Top of Data supplied

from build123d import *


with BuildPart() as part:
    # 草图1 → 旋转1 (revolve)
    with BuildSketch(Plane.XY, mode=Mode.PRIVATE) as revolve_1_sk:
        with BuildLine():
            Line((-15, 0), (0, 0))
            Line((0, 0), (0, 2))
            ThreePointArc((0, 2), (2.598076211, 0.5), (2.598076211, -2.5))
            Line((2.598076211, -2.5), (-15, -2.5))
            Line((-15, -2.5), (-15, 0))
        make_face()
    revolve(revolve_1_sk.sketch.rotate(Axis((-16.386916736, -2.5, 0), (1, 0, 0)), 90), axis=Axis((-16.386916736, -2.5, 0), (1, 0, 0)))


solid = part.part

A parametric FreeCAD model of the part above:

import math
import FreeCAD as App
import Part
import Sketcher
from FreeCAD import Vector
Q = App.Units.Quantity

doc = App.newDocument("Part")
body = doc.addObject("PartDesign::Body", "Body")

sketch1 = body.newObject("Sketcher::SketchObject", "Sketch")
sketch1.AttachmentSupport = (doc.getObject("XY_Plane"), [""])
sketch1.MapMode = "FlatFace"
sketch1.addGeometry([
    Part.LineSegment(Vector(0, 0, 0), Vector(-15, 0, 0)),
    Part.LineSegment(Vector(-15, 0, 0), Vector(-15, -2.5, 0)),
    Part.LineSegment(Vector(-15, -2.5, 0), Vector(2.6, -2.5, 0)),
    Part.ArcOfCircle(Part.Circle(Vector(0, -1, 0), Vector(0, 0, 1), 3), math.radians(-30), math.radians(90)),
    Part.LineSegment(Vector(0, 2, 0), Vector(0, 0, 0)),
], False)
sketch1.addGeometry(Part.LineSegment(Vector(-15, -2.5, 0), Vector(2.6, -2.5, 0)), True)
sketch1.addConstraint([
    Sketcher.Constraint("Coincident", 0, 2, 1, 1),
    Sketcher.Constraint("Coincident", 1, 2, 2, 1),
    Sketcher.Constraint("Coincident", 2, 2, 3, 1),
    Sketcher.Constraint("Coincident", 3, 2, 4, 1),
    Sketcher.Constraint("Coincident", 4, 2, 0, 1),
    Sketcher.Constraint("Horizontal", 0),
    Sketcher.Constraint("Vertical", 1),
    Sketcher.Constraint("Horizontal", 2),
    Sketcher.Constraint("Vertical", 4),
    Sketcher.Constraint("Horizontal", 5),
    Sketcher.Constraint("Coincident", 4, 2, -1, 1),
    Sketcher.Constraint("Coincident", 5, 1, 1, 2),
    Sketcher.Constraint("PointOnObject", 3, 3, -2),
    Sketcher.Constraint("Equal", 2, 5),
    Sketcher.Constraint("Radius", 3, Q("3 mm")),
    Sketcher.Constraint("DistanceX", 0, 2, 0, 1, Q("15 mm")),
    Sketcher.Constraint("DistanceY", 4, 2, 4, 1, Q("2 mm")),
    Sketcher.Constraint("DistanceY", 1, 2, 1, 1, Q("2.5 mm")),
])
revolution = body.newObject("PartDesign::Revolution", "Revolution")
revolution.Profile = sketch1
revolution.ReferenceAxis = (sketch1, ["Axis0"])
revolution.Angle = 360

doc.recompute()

Bottom of Data supplied
Top of Data supplied

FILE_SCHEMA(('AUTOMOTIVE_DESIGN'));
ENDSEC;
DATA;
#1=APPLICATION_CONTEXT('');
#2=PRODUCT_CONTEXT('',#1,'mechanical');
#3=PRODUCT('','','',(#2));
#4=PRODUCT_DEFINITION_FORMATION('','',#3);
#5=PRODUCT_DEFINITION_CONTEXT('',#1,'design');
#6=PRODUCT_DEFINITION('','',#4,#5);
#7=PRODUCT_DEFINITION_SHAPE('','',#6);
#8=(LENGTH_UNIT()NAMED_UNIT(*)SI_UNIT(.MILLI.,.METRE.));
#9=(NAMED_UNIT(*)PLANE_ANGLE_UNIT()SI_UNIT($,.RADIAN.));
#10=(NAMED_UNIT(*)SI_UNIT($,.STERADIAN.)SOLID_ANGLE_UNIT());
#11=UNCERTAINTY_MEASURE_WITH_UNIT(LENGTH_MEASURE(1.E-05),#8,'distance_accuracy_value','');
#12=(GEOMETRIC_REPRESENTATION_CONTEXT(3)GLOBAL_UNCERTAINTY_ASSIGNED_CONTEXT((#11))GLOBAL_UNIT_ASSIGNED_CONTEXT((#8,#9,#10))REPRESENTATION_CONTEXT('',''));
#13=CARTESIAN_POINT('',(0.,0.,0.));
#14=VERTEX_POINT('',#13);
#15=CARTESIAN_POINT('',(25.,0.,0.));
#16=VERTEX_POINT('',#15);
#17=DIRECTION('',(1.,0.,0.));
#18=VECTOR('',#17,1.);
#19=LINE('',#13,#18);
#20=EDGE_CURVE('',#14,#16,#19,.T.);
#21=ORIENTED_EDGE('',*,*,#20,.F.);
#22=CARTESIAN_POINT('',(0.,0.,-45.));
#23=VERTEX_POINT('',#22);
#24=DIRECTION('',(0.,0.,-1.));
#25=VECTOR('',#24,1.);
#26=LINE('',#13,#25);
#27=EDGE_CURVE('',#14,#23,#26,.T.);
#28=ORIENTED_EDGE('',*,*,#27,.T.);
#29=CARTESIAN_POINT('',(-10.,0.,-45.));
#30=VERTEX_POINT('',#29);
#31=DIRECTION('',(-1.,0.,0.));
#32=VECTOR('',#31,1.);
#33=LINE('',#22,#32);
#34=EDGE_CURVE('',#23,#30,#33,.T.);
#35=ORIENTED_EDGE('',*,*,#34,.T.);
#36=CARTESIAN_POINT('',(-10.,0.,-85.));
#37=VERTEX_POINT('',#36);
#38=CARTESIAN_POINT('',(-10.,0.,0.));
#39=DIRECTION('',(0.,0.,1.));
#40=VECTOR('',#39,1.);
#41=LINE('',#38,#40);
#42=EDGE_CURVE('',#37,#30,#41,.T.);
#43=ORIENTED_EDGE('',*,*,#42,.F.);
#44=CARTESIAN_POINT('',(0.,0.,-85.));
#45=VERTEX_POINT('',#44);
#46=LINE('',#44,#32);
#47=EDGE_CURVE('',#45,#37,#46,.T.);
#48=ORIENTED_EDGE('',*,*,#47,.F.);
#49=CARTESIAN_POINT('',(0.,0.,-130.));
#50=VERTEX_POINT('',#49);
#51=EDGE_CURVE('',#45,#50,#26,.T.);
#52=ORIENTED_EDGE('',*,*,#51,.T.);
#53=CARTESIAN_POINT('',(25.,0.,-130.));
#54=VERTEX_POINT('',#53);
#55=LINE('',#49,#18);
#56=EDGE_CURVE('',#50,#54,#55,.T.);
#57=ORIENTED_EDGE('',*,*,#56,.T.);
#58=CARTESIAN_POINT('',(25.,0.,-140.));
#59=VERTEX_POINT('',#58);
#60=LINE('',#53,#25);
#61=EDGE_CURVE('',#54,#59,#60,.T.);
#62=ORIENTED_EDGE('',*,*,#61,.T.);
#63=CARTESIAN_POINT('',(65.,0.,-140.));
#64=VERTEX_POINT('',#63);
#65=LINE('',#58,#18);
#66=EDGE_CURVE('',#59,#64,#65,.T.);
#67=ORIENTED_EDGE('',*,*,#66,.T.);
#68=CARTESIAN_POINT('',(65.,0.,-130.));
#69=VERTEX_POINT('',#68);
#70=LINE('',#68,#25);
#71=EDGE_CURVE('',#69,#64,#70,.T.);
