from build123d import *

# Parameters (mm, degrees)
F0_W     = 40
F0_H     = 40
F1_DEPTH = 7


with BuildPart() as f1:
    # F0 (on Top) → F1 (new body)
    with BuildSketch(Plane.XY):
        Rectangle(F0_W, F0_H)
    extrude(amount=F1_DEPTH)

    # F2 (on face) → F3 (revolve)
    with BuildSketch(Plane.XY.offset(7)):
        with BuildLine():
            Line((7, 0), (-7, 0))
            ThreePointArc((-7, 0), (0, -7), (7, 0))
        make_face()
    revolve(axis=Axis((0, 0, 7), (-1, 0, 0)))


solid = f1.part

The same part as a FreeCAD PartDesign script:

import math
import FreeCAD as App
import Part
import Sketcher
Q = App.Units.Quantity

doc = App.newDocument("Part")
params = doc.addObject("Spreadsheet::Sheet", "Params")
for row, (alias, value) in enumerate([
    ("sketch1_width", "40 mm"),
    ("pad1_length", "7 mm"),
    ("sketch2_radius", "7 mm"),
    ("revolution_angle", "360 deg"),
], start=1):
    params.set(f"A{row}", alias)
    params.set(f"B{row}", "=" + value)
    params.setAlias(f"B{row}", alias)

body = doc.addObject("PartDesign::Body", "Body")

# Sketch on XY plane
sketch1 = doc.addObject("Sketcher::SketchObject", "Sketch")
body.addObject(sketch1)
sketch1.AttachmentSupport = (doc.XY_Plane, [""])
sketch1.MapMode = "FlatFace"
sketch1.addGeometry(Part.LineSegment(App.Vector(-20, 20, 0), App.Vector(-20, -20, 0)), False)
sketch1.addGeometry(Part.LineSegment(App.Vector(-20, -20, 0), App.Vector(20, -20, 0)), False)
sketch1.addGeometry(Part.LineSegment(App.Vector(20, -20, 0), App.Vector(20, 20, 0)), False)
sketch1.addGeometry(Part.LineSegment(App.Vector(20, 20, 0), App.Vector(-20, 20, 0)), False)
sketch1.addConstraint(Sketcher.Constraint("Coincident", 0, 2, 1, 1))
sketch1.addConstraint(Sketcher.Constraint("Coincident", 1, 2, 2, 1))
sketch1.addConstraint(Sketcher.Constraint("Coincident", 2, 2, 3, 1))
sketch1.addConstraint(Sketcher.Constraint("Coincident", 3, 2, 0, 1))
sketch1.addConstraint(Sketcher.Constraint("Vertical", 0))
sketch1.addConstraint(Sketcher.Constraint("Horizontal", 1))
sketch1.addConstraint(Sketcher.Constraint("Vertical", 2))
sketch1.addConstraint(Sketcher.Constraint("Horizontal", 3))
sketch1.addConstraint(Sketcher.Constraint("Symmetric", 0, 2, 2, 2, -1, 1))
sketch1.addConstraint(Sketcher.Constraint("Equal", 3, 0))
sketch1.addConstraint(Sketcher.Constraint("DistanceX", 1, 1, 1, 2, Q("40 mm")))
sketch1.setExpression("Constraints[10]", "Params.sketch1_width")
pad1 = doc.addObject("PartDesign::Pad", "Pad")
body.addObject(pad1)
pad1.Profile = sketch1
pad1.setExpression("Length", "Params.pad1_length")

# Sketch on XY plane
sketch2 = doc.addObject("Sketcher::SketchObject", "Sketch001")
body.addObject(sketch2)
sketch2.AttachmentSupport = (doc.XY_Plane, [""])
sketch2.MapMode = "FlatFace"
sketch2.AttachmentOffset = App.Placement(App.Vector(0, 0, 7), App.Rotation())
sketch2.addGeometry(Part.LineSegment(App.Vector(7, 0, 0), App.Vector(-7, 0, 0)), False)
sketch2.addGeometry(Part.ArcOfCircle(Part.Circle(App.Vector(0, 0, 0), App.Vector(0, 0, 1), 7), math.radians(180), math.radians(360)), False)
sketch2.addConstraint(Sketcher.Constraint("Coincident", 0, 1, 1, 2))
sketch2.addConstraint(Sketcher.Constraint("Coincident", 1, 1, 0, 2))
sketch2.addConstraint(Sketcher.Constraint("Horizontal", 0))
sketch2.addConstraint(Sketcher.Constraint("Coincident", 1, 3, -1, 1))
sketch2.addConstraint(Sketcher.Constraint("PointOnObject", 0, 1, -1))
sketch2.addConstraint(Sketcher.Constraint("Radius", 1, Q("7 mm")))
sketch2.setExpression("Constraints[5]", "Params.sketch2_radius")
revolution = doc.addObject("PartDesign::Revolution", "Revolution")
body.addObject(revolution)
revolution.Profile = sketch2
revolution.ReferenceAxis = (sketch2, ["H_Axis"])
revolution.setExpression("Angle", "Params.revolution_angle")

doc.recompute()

Bottom of Data supplied
Top of Data supplied

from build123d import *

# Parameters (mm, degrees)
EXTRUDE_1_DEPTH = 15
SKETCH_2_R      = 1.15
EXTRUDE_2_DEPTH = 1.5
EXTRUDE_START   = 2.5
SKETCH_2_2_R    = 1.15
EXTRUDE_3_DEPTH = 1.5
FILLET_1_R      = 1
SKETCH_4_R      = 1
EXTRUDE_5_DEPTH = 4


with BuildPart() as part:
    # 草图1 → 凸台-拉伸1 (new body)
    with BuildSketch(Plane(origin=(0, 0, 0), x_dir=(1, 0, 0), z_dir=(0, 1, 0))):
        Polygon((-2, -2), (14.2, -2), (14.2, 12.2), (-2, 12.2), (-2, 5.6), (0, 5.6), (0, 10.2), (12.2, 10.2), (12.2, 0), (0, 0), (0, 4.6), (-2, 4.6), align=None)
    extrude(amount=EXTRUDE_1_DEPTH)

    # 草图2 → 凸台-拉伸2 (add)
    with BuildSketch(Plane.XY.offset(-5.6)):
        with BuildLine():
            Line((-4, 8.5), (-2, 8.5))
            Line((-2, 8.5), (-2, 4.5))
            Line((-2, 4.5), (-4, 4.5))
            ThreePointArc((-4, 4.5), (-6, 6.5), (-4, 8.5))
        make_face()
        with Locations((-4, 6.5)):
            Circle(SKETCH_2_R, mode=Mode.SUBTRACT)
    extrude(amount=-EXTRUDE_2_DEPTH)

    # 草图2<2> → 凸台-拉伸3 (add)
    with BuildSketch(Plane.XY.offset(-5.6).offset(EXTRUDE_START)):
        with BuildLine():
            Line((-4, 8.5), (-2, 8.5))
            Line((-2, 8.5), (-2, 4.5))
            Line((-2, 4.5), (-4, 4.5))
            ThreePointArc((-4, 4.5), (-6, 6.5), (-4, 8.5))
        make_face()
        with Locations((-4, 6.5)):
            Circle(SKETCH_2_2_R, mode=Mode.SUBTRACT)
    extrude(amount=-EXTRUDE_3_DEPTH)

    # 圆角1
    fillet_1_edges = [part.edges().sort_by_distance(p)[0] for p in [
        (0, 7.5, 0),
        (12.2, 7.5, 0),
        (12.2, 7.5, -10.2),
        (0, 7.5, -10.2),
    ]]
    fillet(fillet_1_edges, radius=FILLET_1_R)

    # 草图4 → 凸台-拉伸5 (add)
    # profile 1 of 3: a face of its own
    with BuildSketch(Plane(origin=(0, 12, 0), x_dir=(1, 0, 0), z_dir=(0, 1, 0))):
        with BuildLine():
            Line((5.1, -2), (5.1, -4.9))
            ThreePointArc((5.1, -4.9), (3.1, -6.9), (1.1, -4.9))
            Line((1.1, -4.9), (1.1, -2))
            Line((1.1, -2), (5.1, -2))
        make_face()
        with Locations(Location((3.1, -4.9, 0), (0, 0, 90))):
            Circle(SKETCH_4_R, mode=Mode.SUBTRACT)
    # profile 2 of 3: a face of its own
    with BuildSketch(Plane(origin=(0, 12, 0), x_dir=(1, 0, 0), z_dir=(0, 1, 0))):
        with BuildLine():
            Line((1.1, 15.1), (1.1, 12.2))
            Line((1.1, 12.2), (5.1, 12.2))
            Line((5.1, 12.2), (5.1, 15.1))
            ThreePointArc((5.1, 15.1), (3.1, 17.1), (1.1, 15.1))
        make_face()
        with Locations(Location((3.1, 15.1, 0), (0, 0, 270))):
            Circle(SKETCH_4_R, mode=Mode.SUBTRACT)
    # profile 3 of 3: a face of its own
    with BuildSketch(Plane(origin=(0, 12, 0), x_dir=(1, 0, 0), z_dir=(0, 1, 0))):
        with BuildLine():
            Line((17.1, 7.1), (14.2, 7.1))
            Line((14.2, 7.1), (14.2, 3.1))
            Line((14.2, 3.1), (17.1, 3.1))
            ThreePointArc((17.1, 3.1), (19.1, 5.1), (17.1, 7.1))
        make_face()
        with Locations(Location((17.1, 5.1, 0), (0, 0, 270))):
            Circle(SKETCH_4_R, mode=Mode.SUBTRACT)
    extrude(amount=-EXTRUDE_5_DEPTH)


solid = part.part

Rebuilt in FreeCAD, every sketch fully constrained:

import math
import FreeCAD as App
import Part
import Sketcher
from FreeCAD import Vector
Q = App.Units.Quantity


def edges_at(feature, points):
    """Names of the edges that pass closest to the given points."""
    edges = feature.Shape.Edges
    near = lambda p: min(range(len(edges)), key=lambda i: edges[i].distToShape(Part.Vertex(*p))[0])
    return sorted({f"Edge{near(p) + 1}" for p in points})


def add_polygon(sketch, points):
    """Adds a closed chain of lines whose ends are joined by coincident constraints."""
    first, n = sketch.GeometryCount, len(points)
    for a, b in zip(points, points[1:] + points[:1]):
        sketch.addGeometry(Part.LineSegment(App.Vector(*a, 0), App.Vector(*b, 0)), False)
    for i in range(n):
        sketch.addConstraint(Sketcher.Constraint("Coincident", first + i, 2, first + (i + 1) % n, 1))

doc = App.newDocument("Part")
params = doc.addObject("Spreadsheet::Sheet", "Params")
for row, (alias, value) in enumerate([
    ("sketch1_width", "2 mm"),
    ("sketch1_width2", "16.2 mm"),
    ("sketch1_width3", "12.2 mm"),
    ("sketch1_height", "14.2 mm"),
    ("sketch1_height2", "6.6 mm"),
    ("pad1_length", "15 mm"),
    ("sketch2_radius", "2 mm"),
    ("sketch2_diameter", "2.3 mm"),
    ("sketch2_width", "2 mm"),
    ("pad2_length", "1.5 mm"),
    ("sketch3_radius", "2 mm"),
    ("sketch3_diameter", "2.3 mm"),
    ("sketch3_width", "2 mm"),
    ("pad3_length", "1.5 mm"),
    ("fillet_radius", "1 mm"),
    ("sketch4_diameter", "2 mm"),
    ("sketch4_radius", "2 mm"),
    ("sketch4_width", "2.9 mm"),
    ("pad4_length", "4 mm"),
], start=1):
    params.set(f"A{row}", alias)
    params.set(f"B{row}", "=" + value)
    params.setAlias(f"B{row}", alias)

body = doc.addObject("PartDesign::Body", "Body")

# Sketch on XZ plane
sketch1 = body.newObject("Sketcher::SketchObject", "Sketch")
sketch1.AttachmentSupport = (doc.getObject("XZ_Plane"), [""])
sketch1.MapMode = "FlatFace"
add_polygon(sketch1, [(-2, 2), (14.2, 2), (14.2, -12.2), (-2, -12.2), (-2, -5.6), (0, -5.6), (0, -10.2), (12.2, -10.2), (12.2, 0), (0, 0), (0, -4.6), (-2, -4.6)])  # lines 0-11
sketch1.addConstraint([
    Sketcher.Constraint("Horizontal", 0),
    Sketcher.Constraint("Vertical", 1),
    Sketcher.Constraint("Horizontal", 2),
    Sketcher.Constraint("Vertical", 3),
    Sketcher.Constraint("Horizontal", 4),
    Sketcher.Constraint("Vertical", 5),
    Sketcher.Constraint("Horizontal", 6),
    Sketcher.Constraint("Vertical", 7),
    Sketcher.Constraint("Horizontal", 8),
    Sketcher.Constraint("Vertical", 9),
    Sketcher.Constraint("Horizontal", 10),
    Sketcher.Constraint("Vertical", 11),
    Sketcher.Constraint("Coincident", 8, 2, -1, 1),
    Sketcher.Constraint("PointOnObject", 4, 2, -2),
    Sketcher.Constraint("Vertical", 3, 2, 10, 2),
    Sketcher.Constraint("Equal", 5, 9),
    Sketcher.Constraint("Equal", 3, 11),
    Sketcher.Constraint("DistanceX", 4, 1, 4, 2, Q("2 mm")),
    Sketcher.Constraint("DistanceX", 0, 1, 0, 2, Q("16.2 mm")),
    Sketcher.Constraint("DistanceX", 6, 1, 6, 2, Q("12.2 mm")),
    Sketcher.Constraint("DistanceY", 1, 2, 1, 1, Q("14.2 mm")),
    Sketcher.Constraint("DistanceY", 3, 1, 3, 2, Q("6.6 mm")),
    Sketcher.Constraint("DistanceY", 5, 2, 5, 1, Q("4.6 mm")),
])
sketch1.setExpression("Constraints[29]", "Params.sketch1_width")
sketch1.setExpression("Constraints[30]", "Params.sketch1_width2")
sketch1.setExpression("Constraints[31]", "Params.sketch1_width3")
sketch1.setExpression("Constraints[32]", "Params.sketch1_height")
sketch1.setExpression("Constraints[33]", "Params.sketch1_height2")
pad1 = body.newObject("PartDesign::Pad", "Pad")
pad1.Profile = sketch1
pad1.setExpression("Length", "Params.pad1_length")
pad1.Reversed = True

Bottom of Data supplied

- **Exercise requirements**: Among the lines above, repeat exactly those from the line with "#17=DIRECTION('',(1.,0.,0.));" to the line with "#30=VERTEX_POINT('',#29);", counting both ends.

- **Solution for this problem**:
#17=DIRECTION('',(1.,0.,0.));
#18=VECTOR('',#17,1.);
#19=LINE('',#13,#18);
#20=EDGE_CURVE('',#14,#16,#19,.T.);
#21=ORIENTED_EDGE('',*,*,#20,.F.);
#22=CARTESIAN_POINT('',(0.,0.,-45.));
#23=VERTEX_POINT('',#22);
#24=DIRECTION('',(0.,0.,-1.));
#25=VECTOR('',#24,1.);
#26=LINE('',#13,#25);
#27=EDGE_CURVE('',#14,#23,#26,.T.);
#28=ORIENTED_EDGE('',*,*,#27,.T.);
#29=CARTESIAN_POINT('',(-10.,0.,-45.));
#30=VERTEX_POINT('',#29);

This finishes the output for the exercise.